### ABOUT THIS EXERCISE
In the listing that follows, locate the line containing "e80 v63 v64 LINE" and the line containing "face PLANE(AX(P(18,20.124612,0),D(1,0,0),D(0,1,0))) [-e44". Retype exactly those two lines and every line between them, and nothing more.

### SUPPLIED RECORDS
****

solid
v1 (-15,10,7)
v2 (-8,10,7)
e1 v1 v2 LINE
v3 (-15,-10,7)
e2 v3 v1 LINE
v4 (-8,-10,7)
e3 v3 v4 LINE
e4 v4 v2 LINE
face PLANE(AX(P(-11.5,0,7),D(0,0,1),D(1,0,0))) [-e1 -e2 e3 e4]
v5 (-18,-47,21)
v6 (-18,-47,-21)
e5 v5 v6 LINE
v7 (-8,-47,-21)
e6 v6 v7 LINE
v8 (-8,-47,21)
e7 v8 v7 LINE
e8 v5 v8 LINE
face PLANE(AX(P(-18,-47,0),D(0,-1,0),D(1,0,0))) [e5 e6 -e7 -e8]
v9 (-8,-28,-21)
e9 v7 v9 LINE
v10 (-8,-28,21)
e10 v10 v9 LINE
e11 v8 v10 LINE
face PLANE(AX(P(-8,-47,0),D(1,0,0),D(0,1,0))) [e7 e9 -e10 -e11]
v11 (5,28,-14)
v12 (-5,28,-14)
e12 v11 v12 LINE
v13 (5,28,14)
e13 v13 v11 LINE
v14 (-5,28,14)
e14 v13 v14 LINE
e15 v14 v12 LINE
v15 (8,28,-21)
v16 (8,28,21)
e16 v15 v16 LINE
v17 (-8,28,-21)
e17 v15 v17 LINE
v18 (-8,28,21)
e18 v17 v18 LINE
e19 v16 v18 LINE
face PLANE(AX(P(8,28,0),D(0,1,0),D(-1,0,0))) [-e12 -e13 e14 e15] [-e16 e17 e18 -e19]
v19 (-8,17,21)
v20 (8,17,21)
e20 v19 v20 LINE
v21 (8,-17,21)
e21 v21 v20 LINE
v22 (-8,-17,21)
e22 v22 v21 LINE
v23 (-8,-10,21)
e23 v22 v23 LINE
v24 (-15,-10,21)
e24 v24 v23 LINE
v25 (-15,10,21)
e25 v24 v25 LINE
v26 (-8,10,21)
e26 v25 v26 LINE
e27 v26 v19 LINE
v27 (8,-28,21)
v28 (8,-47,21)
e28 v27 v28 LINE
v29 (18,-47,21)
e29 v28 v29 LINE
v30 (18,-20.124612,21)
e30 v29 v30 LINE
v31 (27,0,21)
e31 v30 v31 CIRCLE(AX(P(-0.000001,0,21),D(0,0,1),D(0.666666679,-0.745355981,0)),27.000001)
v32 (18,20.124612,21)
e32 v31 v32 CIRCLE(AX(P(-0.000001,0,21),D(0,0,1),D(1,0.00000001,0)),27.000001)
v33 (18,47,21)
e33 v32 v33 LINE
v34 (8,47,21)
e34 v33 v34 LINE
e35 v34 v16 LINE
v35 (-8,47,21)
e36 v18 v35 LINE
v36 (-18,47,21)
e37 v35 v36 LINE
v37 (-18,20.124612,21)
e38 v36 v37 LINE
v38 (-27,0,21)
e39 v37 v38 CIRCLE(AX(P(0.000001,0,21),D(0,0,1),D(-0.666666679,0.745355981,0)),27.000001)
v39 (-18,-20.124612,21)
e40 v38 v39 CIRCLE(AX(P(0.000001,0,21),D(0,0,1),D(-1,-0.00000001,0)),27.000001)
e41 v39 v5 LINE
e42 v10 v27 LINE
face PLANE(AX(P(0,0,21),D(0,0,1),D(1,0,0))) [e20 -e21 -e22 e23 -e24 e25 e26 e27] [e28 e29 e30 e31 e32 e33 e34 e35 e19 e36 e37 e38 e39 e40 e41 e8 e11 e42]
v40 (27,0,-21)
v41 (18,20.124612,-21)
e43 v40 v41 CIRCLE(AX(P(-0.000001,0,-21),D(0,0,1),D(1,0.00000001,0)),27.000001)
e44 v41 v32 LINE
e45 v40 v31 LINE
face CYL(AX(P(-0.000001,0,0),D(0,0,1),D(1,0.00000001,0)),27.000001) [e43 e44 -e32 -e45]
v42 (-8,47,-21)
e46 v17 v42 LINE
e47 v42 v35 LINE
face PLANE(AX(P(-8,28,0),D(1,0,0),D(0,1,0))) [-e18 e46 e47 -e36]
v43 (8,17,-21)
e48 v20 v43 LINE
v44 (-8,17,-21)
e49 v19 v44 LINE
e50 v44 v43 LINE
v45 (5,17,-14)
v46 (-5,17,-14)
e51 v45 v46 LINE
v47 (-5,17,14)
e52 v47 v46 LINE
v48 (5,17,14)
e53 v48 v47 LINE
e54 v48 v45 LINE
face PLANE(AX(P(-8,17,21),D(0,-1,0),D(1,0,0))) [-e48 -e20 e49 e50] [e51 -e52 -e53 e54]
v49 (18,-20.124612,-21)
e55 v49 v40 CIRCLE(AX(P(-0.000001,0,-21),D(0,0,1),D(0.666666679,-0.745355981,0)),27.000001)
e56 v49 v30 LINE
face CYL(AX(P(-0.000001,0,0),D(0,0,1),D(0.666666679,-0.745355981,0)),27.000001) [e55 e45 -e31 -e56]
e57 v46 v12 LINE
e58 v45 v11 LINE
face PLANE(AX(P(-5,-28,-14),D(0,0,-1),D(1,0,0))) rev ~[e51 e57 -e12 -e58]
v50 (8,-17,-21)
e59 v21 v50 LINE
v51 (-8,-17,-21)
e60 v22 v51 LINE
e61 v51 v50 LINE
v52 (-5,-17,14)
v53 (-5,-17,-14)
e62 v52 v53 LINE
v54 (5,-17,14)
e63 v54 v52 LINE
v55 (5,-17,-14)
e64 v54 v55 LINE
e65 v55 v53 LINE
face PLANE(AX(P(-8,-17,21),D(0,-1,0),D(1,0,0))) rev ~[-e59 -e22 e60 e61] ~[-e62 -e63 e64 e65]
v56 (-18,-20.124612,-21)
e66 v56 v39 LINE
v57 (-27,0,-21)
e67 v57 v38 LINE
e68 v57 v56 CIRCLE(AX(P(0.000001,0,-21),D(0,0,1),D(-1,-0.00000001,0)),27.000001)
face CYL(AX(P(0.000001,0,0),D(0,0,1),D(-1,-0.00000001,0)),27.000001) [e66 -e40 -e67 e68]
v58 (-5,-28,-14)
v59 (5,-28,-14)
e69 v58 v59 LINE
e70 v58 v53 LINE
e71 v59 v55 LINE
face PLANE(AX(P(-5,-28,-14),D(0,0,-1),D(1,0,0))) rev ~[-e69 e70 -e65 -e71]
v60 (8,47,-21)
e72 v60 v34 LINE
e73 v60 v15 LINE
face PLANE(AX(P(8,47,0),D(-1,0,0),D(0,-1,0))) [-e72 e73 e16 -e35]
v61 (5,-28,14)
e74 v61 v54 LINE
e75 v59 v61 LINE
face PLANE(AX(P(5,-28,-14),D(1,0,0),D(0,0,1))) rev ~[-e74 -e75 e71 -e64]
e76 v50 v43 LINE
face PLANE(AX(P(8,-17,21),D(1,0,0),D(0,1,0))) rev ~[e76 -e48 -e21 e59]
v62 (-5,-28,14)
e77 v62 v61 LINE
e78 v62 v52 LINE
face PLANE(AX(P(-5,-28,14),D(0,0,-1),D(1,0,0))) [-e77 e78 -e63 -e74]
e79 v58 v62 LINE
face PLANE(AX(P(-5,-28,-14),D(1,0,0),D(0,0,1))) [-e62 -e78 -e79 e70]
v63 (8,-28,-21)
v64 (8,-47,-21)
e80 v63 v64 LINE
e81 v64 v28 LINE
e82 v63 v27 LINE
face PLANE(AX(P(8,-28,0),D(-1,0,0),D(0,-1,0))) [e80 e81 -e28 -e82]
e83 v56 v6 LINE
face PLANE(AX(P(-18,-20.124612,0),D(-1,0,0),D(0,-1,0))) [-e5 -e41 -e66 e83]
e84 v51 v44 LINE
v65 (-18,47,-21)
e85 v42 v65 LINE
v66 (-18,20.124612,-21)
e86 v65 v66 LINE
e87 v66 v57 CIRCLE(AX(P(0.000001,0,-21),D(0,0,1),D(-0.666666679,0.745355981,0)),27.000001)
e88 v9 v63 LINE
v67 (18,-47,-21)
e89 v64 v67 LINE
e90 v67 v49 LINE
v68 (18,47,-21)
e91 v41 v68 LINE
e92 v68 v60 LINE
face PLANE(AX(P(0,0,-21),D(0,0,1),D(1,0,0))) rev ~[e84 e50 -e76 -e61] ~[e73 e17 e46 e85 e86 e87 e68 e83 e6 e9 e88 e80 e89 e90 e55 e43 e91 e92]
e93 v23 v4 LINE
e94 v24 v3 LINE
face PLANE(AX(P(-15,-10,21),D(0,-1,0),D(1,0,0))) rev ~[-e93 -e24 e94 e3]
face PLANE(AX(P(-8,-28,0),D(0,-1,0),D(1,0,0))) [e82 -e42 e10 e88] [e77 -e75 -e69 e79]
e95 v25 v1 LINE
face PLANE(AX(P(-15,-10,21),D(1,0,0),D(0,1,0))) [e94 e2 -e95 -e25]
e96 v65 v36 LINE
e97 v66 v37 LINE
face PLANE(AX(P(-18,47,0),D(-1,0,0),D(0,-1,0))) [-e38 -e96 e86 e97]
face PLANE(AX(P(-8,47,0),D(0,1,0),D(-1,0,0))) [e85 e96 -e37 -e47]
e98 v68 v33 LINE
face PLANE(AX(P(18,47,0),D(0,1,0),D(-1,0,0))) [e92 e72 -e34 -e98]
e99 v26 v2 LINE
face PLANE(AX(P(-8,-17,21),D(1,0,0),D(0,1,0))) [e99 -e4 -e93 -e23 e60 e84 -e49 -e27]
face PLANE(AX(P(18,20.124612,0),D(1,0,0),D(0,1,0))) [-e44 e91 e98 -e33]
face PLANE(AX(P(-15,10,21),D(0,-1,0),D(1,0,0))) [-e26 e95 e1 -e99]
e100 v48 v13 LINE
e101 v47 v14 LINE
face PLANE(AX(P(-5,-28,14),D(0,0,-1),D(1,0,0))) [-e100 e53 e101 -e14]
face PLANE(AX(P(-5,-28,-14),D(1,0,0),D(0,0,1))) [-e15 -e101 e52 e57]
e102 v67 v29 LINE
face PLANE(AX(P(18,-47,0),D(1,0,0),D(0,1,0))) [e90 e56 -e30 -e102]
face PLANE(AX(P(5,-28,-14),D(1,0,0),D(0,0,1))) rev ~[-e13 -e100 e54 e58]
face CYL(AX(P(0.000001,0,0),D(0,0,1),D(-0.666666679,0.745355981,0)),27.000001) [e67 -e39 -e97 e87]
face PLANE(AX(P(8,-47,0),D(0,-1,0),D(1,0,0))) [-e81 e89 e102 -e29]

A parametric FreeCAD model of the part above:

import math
import FreeCAD as App
import Part
import Sketcher

doc = App.newDocument("Part")
body = doc.addObject("PartDesign::Body", "Body")

# Sketch on XY plane
sketch1 = doc.addObject("Sketcher::SketchObject", "Sketch")
body.addObject(sketch1)
sketch1.AttachmentSupport = (doc.XY_Plane, [""])
sketch1.MapMode = "FlatFace"
sketch1.addGeometry([
    Part.LineSegment(App.Vector(-8, -28, 0), App.Vector(8, -28, 0)),  # 0
    Part.LineSegment(App.Vector(8, -28, 0), App.Vector(8, -47, 0)),  # 1
    Part.LineSegment(App.Vector(8, -47, 0), App.Vector(18, -47, 0)),  # 2
    Part.LineSegment(App.Vector(18, -47, 0), App.Vector(18, -20.124612, 0)),  # 3
    Part.ArcOfCircle(Part.Circle(App.Vector(-0.000001, 0, 0), App.Vector(0, 0, 1), 27.000001), math.radians(-48.189684), math.radians(-0.000001)),  # 4
    Part.ArcOfCircle(Part.Circle(App.Vector(-0.000001, 0, 0), App.Vector(0, 0, 1), 27.000001), math.radians(0.000001), math.radians(48.189684)),  # 5
    Part.LineSegment(App.Vector(18, 20.124612, 0), App.Vector(18, 47, 0)),  # 6
    Part.LineSegment(App.Vector(18, 47, 0), App.Vector(8, 47, 0)),  # 7
    Part.LineSegment(App.Vector(8, 47, 0), App.Vector(8, 28, 0)),  # 8
    Part.LineSegment(App.Vector(8, 28, 0), App.Vector(-8, 28, 0)),  # 9
    Part.LineSegment(App.Vector(-8, 28, 0), App.Vector(-8, 47, 0)),  # 10
    Part.LineSegment(App.Vector(-8, 47, 0), App.Vector(-18, 47, 0)),  # 11
    Part.LineSegment(App.Vector(-18, 47, 0), App.Vector(-18, 20.124612, 0)),  # 12
    Part.ArcOfCircle(Part.Circle(App.Vector(0.000001, 0, 0), App.Vector(0, 0, 1), 27.000001), math.radians(131.810316), math.radians(179.999999)),  # 13
    Part.ArcOfCircle(Part.Circle(App.Vector(0.000001, 0, 0), App.Vector(0, 0, 1), 27.000001), math.radians(-179.999999), math.radians(-131.810316)),  # 14
    Part.LineSegment(App.Vector(-18, -20.124612, 0), App.Vector(-18, -47, 0)),  # 15
    Part.LineSegment(App.Vector(-18, -47, 0), App.Vector(-8, -47, 0)),  # 16
    Part.LineSegment(App.Vector(-8, -47, 0), App.Vector(-8, -28, 0)),  # 17
], False)
sketch1.addConstraint([
    Sketcher.Constraint("Coincident", 0, 2, 1, 1),
    Sketcher.Constraint("Coincident", 1, 2, 2, 1),
    Sketcher.Constraint("Coincident", 2, 2, 3, 1),
    Sketcher.Constraint("Coincident", 3, 2, 4, 1),
    Sketcher.Constraint("Tangent", 4, 2, 5, 1),
    Sketcher.Constraint("Coincident", 5, 2, 6, 1),
    Sketcher.Constraint("Coincident", 6, 2, 7, 1),
    Sketcher.Constraint("Coincident", 7, 2, 8, 1),
    Sketcher.Constraint("Coincident", 8, 2, 9, 1),
    Sketcher.Constraint("Coincident", 9, 2, 10, 1),
    Sketcher.Constraint("Coincident", 10, 2, 11, 1),
    Sketcher.Constraint("Coincident", 11, 2, 12, 1),
    Sketcher.Constraint("Coincident", 12, 2, 13, 1),
    Sketcher.Constraint("Tangent", 13, 2, 14, 1),
    Sketcher.Constraint("Coincident", 14, 2, 15, 1),
    Sketcher.Constraint("Coincident", 15, 2, 16, 1),
    Sketcher.Constraint("Coincident", 16, 2, 17, 1),
    Sketcher.Constraint("Coincident", 17, 2, 0, 1),
    Sketcher.Constraint("Horizontal", 0),
    Sketcher.Constraint("Vertical", 1),
    Sketcher.Constraint("Horizontal", 2),
    Sketcher.Constraint("Vertical", 3),
    Sketcher.Constraint("Vertical", 6),
    Sketcher.Constraint("Horizontal", 7),
    Sketcher.Constraint("Vertical", 8),
    Sketcher.Constraint("Horizontal", 9),
    Sketcher.Constraint("Vertical", 10),
    Sketcher.Constraint("Horizontal", 11),
    Sketcher.Constraint("Vertical", 12),
    Sketcher.Constraint("Vertical", 15),
    Sketcher.Constraint("Horizontal", 16),
    Sketcher.Constraint("Vertical", 17),
    Sketcher.Constraint("Coincident", 4, 3, -1, 1),
    Sketcher.Constraint("Coincident", 13, 3, -1, 1),
    Sketcher.Constraint("Equal", 4, 5),
    Sketcher.Constraint("Equal", 5, 13),
    Sketcher.Constraint("Equal", 13, 14),
    Sketcher.Constraint("Symmetric", 0, 2, 9, 2, -1, 1),
    Sketcher.Constraint("Symmetric", 2, 2, 11, 2, -1, 1),
    Sketcher.Constraint("Symmetric", 6, 2, 15, 2, -1, 1),
    Sketcher.Constraint("Symmetric", 7, 2, 10, 2, -2),
    Sketcher.Constraint("PointOnObject", 4, 2, -1),
    Sketcher.Constraint("PointOnObject", 13, 2, -1),
    Sketcher.Constraint("Horizontal", 5, 2, 12, 2),
    Sketcher.Constraint("Vertical", 10, 2, 16, 2),
    Sketcher.Constraint("Radius", 4, 27.000001),
    Sketcher.Constraint("DistanceX", 0, 1, 0, 2, 16.0),
    Sketcher.Constraint("DistanceX", 2, 1, 2, 2, 10.0),
    Sketcher.Constraint("DistanceY", 1, 2, 1, 1, 19.0),
    Sketcher.Constraint("DistanceY", 0, 2, -1, 1, 28.0),
])
pad1 = doc.addObject("PartDesign::Pad", "Pad")
body.addObject(pad1)
pad1.Profile = sketch1
pad1.Length = 42
pad1.Midplane = True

****

### ANSWER AREA
e80 v63 v64 LINE
e81 v64 v28 LINE
e82 v63 v27 LINE
face PLANE(AX(P(8,-28,0),D(-1,0,0),D(0,-1,0))) [e80 e81 -e28 -e82]
e83 v56 v6 LINE
face PLANE(AX(P(-18,-20.124612,0),D(-1,0,0),D(0,-1,0))) [-e5 -e41 -e66 e83]
e84 v51 v44 LINE
v65 (-18,47,-21)
e85 v42 v65 LINE
v66 (-18,20.124612,-21)
e86 v65 v66 LINE
e87 v66 v57 CIRCLE(AX(P(0.000001,0,-21),D(0,0,1),D(-0.666666679,0.745355981,0)),27.000001)
e88 v9 v63 LINE
v67 (18,-47,-21)
e89 v64 v67 LINE
e90 v67 v49 LINE
v68 (18,47,-21)
e91 v41 v68 LINE
e92 v68 v60 LINE
face PLANE(AX(P(0,0,-21),D(0,0,1),D(1,0,0))) rev ~[e84 e50 -e76 -e61] ~[e73 e17 e46 e85 e86 e87 e68 e83 e6 e9 e88 e80 e89 e90 e55 e43 e91 e92]
e93 v23 v4 LINE
e94 v24 v3 LINE
face PLANE(AX(P(-15,-10,21),D(0,-1,0),D(1,0,0))) rev ~[-e93 -e24 e94 e3]
face PLANE(AX(P(-8,-28,0),D(0,-1,0),D(1,0,0))) [e82 -e42 e10 e88] [e77 -e75 -e69 e79]
e95 v25 v1 LINE
face PLANE(AX(P(-15,-10,21),D(1,0,0),D(0,1,0))) [e94 e2 -e95 -e25]
e96 v65 v36 LINE
e97 v66 v37 LINE
face PLANE(AX(P(-18,47,0),D(-1,0,0),D(0,-1,0))) [-e38 -e96 e86 e97]
face PLANE(AX(P(-8,47,0),D(0,1,0),D(-1,0,0))) [e85 e96 -e37 -e47]
e98 v68 v33 LINE
face PLANE(AX(P(18,47,0),D(0,1,0),D(-1,0,0))) [e92 e72 -e34 -e98]
e99 v26 v2 LINE
face PLANE(AX(P(-8,-17,21),D(1,0,0),D(0,1,0))) [e99 -e4 -e93 -e23 e60 e84 -e49 -e27]
face PLANE(AX(P(18,20.124612,0),D(1,0,0),D(0,1,0))) [-e44 e91 e98 -e33]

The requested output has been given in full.